Work order: "BuildSketch" appears in how many lines of the entries? State only the number.

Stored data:
= = = =

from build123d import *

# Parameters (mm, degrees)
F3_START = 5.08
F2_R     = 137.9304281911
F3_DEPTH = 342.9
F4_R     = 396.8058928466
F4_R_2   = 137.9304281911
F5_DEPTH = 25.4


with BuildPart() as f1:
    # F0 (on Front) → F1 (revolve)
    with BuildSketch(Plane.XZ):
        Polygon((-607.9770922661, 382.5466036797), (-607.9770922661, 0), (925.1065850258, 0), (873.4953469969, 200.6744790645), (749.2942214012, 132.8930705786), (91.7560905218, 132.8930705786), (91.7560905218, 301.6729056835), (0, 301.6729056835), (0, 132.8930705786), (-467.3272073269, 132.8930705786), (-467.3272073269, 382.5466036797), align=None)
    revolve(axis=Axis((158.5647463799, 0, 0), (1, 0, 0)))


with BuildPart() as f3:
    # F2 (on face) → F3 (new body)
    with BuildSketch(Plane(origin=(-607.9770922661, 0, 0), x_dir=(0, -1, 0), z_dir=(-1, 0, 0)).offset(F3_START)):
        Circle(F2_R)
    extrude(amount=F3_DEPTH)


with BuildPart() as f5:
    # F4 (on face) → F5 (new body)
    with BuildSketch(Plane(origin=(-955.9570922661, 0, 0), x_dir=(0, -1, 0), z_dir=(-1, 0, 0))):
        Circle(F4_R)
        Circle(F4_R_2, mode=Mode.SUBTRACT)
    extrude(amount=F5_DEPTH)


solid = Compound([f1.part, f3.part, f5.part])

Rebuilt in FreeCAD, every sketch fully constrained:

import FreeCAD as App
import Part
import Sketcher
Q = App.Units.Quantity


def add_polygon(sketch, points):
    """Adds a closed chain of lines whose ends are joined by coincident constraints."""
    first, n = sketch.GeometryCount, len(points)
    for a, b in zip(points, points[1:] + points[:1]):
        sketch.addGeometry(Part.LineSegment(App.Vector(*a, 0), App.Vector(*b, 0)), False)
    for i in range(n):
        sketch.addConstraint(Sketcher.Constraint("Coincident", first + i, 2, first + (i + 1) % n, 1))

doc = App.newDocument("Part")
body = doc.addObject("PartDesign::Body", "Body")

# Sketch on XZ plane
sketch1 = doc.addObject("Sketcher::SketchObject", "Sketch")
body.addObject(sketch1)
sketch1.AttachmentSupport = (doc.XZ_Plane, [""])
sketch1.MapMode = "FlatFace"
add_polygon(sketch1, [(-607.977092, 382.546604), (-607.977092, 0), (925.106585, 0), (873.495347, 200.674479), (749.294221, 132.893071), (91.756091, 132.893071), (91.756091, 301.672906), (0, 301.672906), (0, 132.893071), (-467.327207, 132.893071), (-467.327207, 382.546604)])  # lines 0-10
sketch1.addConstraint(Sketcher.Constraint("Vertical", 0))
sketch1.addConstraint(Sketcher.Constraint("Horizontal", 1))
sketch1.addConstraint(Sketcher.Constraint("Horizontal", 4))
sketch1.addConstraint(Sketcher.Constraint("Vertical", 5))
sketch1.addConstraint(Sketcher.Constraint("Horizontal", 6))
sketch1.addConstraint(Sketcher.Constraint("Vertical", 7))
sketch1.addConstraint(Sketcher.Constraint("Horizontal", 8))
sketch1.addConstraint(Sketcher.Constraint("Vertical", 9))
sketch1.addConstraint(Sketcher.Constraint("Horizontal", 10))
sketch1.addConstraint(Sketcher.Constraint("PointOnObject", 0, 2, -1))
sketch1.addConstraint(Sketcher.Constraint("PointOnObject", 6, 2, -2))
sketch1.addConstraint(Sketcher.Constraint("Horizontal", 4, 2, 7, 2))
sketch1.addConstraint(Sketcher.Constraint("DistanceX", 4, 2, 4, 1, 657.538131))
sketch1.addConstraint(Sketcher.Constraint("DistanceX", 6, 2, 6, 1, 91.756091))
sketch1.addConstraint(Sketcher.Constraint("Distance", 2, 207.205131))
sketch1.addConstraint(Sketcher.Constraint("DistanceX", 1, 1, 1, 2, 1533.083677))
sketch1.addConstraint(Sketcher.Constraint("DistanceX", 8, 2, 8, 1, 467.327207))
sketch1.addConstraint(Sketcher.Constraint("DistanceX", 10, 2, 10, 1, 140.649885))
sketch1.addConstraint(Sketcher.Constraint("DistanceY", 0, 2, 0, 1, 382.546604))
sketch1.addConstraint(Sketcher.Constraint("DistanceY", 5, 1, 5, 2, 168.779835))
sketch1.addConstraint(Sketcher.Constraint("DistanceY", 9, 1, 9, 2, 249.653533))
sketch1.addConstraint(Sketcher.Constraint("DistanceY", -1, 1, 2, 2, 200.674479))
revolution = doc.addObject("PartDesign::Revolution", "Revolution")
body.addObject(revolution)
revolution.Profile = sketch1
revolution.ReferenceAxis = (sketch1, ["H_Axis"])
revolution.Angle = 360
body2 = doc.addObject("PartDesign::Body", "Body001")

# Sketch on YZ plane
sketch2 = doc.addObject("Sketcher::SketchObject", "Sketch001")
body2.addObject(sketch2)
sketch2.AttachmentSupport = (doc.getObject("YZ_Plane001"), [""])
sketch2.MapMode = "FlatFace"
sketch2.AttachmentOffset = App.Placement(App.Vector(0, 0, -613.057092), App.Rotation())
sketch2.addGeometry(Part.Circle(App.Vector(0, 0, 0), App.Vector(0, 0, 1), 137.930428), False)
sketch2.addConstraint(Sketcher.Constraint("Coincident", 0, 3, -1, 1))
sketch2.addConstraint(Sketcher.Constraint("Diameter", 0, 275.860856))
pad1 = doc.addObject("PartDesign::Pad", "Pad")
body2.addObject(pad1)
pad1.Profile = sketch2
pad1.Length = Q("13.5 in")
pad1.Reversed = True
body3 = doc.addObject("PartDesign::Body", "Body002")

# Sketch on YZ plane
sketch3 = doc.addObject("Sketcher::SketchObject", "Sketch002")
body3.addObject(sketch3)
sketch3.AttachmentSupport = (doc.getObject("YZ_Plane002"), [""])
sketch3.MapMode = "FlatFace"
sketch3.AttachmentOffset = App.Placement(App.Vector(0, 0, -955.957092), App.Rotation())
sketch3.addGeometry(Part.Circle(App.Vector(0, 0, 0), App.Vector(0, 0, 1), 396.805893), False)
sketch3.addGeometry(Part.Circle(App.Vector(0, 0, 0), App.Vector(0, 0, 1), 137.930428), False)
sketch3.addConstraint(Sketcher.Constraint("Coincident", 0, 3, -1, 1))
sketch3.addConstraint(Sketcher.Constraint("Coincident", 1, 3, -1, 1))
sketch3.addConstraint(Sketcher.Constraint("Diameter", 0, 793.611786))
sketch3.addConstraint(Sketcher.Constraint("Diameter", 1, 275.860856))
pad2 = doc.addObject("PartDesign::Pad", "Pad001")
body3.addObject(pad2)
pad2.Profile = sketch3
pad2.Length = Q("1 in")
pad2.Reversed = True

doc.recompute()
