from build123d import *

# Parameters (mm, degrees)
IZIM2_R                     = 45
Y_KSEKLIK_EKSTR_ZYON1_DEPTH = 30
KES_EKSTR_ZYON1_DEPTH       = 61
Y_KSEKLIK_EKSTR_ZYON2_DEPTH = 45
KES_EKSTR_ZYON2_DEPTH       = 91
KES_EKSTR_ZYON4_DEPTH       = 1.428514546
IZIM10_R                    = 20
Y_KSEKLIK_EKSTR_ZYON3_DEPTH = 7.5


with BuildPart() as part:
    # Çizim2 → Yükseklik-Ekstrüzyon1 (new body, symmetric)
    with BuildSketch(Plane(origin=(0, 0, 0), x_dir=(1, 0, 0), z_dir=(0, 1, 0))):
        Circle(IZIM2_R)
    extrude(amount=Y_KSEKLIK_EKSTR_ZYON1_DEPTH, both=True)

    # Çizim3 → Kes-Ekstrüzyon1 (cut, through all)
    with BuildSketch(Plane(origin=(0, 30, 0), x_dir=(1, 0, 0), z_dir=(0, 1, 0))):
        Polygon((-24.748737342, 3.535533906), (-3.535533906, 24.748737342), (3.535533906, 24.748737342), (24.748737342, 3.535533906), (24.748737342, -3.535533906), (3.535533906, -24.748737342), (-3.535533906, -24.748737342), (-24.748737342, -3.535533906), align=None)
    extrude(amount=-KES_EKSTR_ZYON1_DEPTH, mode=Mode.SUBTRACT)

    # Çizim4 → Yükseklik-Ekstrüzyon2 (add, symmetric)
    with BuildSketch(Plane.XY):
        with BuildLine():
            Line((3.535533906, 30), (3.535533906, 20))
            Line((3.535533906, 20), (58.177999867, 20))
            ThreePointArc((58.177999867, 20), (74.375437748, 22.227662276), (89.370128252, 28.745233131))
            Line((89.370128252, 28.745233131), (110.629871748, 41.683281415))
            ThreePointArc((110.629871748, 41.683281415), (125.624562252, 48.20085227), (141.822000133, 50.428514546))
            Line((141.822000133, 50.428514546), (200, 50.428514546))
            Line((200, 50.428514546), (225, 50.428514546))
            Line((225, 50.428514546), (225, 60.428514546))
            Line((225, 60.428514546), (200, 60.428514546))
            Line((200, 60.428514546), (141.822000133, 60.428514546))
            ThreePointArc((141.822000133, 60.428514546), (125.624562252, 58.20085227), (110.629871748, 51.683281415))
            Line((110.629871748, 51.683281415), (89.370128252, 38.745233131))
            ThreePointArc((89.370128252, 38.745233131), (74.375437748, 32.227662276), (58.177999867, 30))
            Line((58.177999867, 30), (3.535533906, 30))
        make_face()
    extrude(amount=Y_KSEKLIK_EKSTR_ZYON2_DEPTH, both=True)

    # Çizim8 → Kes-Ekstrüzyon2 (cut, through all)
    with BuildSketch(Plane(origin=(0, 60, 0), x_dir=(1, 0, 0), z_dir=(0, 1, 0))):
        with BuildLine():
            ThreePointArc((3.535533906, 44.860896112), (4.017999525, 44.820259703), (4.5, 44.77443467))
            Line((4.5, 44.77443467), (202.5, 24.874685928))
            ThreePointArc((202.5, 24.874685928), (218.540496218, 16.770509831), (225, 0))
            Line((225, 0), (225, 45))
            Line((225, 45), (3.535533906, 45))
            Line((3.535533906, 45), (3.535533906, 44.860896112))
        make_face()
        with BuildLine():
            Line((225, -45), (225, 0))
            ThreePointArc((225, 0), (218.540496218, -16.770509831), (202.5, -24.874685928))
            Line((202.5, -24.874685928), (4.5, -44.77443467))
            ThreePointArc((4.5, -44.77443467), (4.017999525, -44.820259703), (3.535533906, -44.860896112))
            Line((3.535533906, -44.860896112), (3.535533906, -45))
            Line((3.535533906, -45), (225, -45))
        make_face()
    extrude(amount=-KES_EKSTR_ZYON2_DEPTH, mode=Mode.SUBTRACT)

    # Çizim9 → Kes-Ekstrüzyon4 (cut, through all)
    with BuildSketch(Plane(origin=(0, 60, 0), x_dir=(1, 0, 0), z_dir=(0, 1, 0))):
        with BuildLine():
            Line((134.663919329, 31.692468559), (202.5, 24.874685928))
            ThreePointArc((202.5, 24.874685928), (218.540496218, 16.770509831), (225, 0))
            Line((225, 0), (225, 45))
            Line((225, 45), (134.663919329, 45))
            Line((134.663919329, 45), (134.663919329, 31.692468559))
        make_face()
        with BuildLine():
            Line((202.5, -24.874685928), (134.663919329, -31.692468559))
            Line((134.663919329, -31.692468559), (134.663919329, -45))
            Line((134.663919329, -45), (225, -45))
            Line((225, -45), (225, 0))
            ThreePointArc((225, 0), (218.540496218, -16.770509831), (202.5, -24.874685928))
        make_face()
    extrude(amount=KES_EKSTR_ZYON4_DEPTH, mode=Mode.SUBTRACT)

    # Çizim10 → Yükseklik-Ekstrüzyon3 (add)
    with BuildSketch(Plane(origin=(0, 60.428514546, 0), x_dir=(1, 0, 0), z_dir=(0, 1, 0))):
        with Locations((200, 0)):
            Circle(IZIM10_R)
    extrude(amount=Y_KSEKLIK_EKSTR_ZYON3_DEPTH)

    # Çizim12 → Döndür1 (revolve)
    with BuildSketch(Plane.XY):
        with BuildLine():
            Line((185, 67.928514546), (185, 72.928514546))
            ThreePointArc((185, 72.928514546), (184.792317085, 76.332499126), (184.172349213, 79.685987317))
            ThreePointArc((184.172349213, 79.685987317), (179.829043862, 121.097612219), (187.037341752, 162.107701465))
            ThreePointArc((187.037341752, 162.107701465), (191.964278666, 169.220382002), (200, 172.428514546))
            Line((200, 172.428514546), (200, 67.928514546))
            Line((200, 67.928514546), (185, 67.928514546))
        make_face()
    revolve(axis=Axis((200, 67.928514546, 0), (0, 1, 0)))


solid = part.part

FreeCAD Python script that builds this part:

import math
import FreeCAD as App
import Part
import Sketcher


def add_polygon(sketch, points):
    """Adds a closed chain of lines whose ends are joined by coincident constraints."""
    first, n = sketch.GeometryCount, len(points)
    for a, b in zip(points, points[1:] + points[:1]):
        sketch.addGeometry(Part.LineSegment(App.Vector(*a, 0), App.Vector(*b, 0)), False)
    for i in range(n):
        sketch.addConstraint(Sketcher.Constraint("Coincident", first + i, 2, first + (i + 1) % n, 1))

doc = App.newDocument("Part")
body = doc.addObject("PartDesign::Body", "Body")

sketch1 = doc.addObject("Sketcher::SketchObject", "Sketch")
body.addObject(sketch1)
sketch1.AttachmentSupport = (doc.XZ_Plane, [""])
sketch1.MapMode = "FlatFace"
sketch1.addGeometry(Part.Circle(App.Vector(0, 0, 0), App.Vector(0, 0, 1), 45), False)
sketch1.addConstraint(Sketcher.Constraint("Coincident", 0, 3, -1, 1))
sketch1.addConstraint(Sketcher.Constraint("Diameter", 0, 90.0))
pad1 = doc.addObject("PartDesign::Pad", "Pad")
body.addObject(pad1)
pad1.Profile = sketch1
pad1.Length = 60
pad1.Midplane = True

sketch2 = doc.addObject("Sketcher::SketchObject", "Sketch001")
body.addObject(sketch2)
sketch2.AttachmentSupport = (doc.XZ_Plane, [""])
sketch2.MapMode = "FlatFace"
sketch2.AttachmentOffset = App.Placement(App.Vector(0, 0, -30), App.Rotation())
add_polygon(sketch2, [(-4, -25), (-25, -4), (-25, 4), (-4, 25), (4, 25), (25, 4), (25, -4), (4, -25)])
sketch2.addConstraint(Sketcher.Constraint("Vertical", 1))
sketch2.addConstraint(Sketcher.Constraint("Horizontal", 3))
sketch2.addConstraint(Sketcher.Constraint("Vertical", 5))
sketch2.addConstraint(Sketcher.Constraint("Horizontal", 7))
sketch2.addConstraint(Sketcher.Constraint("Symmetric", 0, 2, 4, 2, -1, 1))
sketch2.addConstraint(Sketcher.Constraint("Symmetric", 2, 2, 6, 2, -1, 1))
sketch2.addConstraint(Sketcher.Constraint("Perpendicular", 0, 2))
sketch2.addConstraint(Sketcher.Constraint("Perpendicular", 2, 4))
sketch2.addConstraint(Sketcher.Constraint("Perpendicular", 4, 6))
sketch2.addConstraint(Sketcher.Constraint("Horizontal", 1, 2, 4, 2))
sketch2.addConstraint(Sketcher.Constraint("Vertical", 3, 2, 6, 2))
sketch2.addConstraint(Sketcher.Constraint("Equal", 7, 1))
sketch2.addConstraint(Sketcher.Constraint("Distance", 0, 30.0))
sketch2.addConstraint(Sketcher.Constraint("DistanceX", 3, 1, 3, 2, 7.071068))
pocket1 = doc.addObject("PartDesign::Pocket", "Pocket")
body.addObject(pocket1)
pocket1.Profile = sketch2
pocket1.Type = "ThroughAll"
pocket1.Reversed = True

= = = =

Solved problem: 10